What the task requires> Using the material below, return exactly the lines between the one holding "#72=CARTESIAN_POINT('',(0.742931,-0.742931,0.));" and the one holding "#100=VERTEX_POINT('',#99);", inclusive, and no others.
╭─ Extracted information
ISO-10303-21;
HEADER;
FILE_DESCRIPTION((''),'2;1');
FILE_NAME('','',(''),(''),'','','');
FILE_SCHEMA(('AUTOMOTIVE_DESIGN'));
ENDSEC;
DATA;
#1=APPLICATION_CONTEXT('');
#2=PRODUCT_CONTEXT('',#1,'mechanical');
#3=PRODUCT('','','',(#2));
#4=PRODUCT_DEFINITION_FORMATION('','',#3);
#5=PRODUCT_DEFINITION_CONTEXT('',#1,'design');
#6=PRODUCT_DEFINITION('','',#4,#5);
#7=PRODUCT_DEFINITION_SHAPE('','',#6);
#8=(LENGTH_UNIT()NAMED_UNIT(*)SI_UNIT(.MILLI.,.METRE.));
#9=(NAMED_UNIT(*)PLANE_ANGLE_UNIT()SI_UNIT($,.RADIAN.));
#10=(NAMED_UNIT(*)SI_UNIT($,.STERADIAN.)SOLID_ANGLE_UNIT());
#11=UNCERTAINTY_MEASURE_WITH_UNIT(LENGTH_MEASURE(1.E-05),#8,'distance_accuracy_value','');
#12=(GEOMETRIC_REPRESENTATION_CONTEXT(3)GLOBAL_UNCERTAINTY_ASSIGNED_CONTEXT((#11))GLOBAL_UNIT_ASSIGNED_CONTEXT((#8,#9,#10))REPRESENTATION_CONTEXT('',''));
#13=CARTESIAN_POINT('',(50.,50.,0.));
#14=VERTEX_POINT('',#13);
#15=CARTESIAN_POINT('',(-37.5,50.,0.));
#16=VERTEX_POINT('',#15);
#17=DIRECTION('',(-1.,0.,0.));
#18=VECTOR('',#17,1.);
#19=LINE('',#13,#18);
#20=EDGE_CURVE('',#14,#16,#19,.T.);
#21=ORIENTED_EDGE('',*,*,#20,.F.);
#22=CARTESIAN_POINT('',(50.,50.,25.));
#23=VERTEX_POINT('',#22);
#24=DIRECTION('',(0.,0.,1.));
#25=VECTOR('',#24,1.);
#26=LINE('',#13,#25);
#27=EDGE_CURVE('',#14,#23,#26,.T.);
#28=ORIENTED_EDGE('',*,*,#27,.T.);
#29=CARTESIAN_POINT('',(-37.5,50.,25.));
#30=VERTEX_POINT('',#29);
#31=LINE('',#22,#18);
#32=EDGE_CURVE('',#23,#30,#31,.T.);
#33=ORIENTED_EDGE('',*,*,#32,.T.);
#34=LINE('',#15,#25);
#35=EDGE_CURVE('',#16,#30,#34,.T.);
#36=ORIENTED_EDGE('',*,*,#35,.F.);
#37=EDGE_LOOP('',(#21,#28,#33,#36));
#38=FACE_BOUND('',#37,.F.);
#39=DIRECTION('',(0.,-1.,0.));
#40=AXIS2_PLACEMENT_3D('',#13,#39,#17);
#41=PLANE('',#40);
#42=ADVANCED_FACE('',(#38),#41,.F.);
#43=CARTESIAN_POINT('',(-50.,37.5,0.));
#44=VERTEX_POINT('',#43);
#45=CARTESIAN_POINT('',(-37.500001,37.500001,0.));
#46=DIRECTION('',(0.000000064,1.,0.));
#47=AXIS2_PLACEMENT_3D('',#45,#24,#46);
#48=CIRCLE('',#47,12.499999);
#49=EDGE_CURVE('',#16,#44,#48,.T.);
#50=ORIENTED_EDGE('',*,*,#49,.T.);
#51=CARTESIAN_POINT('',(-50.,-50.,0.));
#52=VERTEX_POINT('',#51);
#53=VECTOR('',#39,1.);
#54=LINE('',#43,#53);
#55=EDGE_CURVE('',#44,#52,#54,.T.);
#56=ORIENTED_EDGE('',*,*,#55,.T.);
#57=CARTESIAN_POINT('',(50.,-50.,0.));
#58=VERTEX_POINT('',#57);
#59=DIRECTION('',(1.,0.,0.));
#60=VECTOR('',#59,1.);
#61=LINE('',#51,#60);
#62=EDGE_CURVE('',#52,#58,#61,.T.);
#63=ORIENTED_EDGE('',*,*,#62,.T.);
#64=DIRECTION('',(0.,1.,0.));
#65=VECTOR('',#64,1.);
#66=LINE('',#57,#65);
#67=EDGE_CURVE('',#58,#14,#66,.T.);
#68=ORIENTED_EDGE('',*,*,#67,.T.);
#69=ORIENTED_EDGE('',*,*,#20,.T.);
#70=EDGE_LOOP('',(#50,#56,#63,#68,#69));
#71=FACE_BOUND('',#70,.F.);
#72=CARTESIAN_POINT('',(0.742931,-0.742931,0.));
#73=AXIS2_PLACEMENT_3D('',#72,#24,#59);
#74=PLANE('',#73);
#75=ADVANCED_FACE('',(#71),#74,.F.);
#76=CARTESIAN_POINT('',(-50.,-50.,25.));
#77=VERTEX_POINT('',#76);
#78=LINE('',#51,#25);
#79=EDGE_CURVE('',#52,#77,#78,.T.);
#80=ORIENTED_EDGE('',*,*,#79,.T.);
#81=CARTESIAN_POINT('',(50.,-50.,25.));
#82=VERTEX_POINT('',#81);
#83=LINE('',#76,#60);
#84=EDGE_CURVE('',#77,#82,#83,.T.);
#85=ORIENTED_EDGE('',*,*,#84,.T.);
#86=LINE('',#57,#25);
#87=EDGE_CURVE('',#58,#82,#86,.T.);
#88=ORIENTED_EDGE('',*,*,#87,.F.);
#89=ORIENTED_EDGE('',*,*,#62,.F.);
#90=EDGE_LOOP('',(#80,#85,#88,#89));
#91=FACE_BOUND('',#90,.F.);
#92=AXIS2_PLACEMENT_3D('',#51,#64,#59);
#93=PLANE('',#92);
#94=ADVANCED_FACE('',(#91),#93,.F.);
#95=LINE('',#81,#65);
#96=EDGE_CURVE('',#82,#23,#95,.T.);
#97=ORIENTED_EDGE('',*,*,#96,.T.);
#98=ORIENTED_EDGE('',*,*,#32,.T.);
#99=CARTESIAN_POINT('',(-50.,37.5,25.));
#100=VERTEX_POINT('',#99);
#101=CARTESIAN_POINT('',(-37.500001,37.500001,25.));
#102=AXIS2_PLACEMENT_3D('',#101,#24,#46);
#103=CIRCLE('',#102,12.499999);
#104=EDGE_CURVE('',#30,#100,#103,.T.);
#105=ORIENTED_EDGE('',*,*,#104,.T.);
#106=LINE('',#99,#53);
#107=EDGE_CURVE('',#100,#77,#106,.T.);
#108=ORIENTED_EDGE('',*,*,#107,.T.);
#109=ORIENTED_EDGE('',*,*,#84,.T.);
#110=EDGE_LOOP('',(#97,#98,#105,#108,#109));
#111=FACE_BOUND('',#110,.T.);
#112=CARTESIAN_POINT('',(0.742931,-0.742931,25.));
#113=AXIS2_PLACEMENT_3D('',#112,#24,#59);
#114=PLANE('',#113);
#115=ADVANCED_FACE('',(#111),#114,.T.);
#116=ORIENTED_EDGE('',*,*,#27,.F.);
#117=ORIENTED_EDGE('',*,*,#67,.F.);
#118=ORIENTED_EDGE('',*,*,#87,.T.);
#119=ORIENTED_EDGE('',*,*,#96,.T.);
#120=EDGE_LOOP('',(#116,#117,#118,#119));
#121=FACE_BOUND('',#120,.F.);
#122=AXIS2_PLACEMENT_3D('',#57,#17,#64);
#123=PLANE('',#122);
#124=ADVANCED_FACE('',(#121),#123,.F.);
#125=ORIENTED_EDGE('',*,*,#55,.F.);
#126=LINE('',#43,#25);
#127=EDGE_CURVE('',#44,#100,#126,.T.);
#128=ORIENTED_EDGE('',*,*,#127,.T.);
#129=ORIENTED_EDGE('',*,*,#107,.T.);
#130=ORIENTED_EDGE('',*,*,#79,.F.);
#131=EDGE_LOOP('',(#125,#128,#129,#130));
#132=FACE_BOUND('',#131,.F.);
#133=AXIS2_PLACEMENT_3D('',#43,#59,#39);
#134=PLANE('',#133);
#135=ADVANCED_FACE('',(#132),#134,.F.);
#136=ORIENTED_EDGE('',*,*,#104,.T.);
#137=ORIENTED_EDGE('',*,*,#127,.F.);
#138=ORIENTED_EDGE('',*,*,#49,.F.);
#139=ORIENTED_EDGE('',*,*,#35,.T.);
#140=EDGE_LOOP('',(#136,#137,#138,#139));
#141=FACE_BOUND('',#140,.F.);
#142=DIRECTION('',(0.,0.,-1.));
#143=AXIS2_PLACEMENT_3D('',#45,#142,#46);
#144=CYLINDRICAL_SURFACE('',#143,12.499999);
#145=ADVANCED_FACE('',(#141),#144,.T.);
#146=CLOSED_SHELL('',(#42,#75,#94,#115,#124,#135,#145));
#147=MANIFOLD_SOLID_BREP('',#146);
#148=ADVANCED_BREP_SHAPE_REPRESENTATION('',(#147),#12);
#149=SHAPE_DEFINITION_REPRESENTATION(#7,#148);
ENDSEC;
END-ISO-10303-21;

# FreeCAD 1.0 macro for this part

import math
import FreeCAD as App
import Part
import Sketcher
from FreeCAD import Vector

doc = App.newDocument("Part")
params = doc.addObject("Spreadsheet::Sheet", "Params")
for row, (alias, value) in enumerate([
    ("sketch1_radius", "12.499999 mm"),
    ("sketch1_width", "100 mm"),
    ("pad1_length", "25 mm"),
], start=1):
    params.set(f"A{row}", alias)
    params.set(f"B{row}", "=" + value)
    params.setAlias(f"B{row}", alias)

body = doc.addObject("PartDesign::Body", "Body")

# Sketch on XY plane
sketch1 = body.newObject("Sketcher::SketchObject", "Sketch")
sketch1.AttachmentSupport = (doc.getObject("XY_Plane"), [""])
sketch1.MapMode = "FlatFace"
sketch1.addGeometry([
    Part.LineSegment(Vector(50, 50, 0), Vector(-38, 50, 0)),  # 0
    Part.ArcOfCircle(Part.Circle(Vector(-38, 38, 0), Vector(0, 0, 1), 12), math.radians(90), math.radians(180)),  # 1
    Part.LineSegment(Vector(-50, 38, 0), Vector(-50, -50, 0)),  # 2
    Part.LineSegment(Vector(-50, -50, 0), Vector(50, -50, 0)),  # 3
    Part.LineSegment(Vector(50, -50, 0), Vector(50, 50, 0)),  # 4
], False)
sketch1.addConstraint([
    Sketcher.Constraint("Tangent", 0, 2, 1, 1),
    Sketcher.Constraint("Tangent", 1, 2, 2, 1),
    Sketcher.Constraint("Coincident", 2, 2, 3, 1),
    Sketcher.Constraint("Coincident", 3, 2, 4, 1),
    Sketcher.Constraint("Coincident", 4, 2, 0, 1),
    Sketcher.Constraint("Horizontal", 0),
    Sketcher.Constraint("Vertical", 2),
    Sketcher.Constraint("Horizontal", 3),
    Sketcher.Constraint("Vertical", 4),
    Sketcher.Constraint("Symmetric", 2, 2, 4, 2, -1, 1),
    Sketcher.Constraint("Equal", 0, 2),
    Sketcher.Constraint("Radius", 1, 12.499999),
    Sketcher.Constraint("DistanceX", 3, 1, 3, 2, 100.0),
])
sketch1.setExpression("Constraints[11]", "Params.sketch1_radius")
sketch1.setExpression("Constraints[12]", "Params.sketch1_width")
pad1 = body.newObject("PartDesign::Pad", "Pad")
pad1.Profile = sketch1
pad1.setExpression("Length", "Params.pad1_length")

doc.recompute()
╰─
Solution to this problem>
#72=CARTESIAN_POINT('',(0.742931,-0.742931,0.));
#73=AXIS2_PLACEMENT_3D('',#72,#24,#59);
#74=PLANE('',#73);
#75=ADVANCED_FACE('',(#71),#74,.F.);
#76=CARTESIAN_POINT('',(-50.,-50.,25.));
#77=VERTEX_POINT('',#76);
#78=LINE('',#51,#25);
#79=EDGE_CURVE('',#52,#77,#78,.T.);
#80=ORIENTED_EDGE('',*,*,#79,.T.);
#81=CARTESIAN_POINT('',(50.,-50.,25.));
#82=VERTEX_POINT('',#81);
#83=LINE('',#76,#60);
#84=EDGE_CURVE('',#77,#82,#83,.T.);
#85=ORIENTED_EDGE('',*,*,#84,.T.);
#86=LINE('',#57,#25);
#87=EDGE_CURVE('',#58,#82,#86,.T.);
#88=ORIENTED_EDGE('',*,*,#87,.F.);
#89=ORIENTED_EDGE('',*,*,#62,.F.);
#90=EDGE_LOOP('',(#80,#85,#88,#89));
#91=FACE_BOUND('',#90,.F.);
#92=AXIS2_PLACEMENT_3D('',#51,#64,#59);
#93=PLANE('',#92);
#94=ADVANCED_FACE('',(#91),#93,.F.);
#95=LINE('',#81,#65);
#96=EDGE_CURVE('',#82,#23,#95,.T.);
#97=ORIENTED_EDGE('',*,*,#96,.T.);
#98=ORIENTED_EDGE('',*,*,#32,.T.);
#99=CARTESIAN_POINT('',(-50.,37.5,25.));
#100=VERTEX_POINT('',#99);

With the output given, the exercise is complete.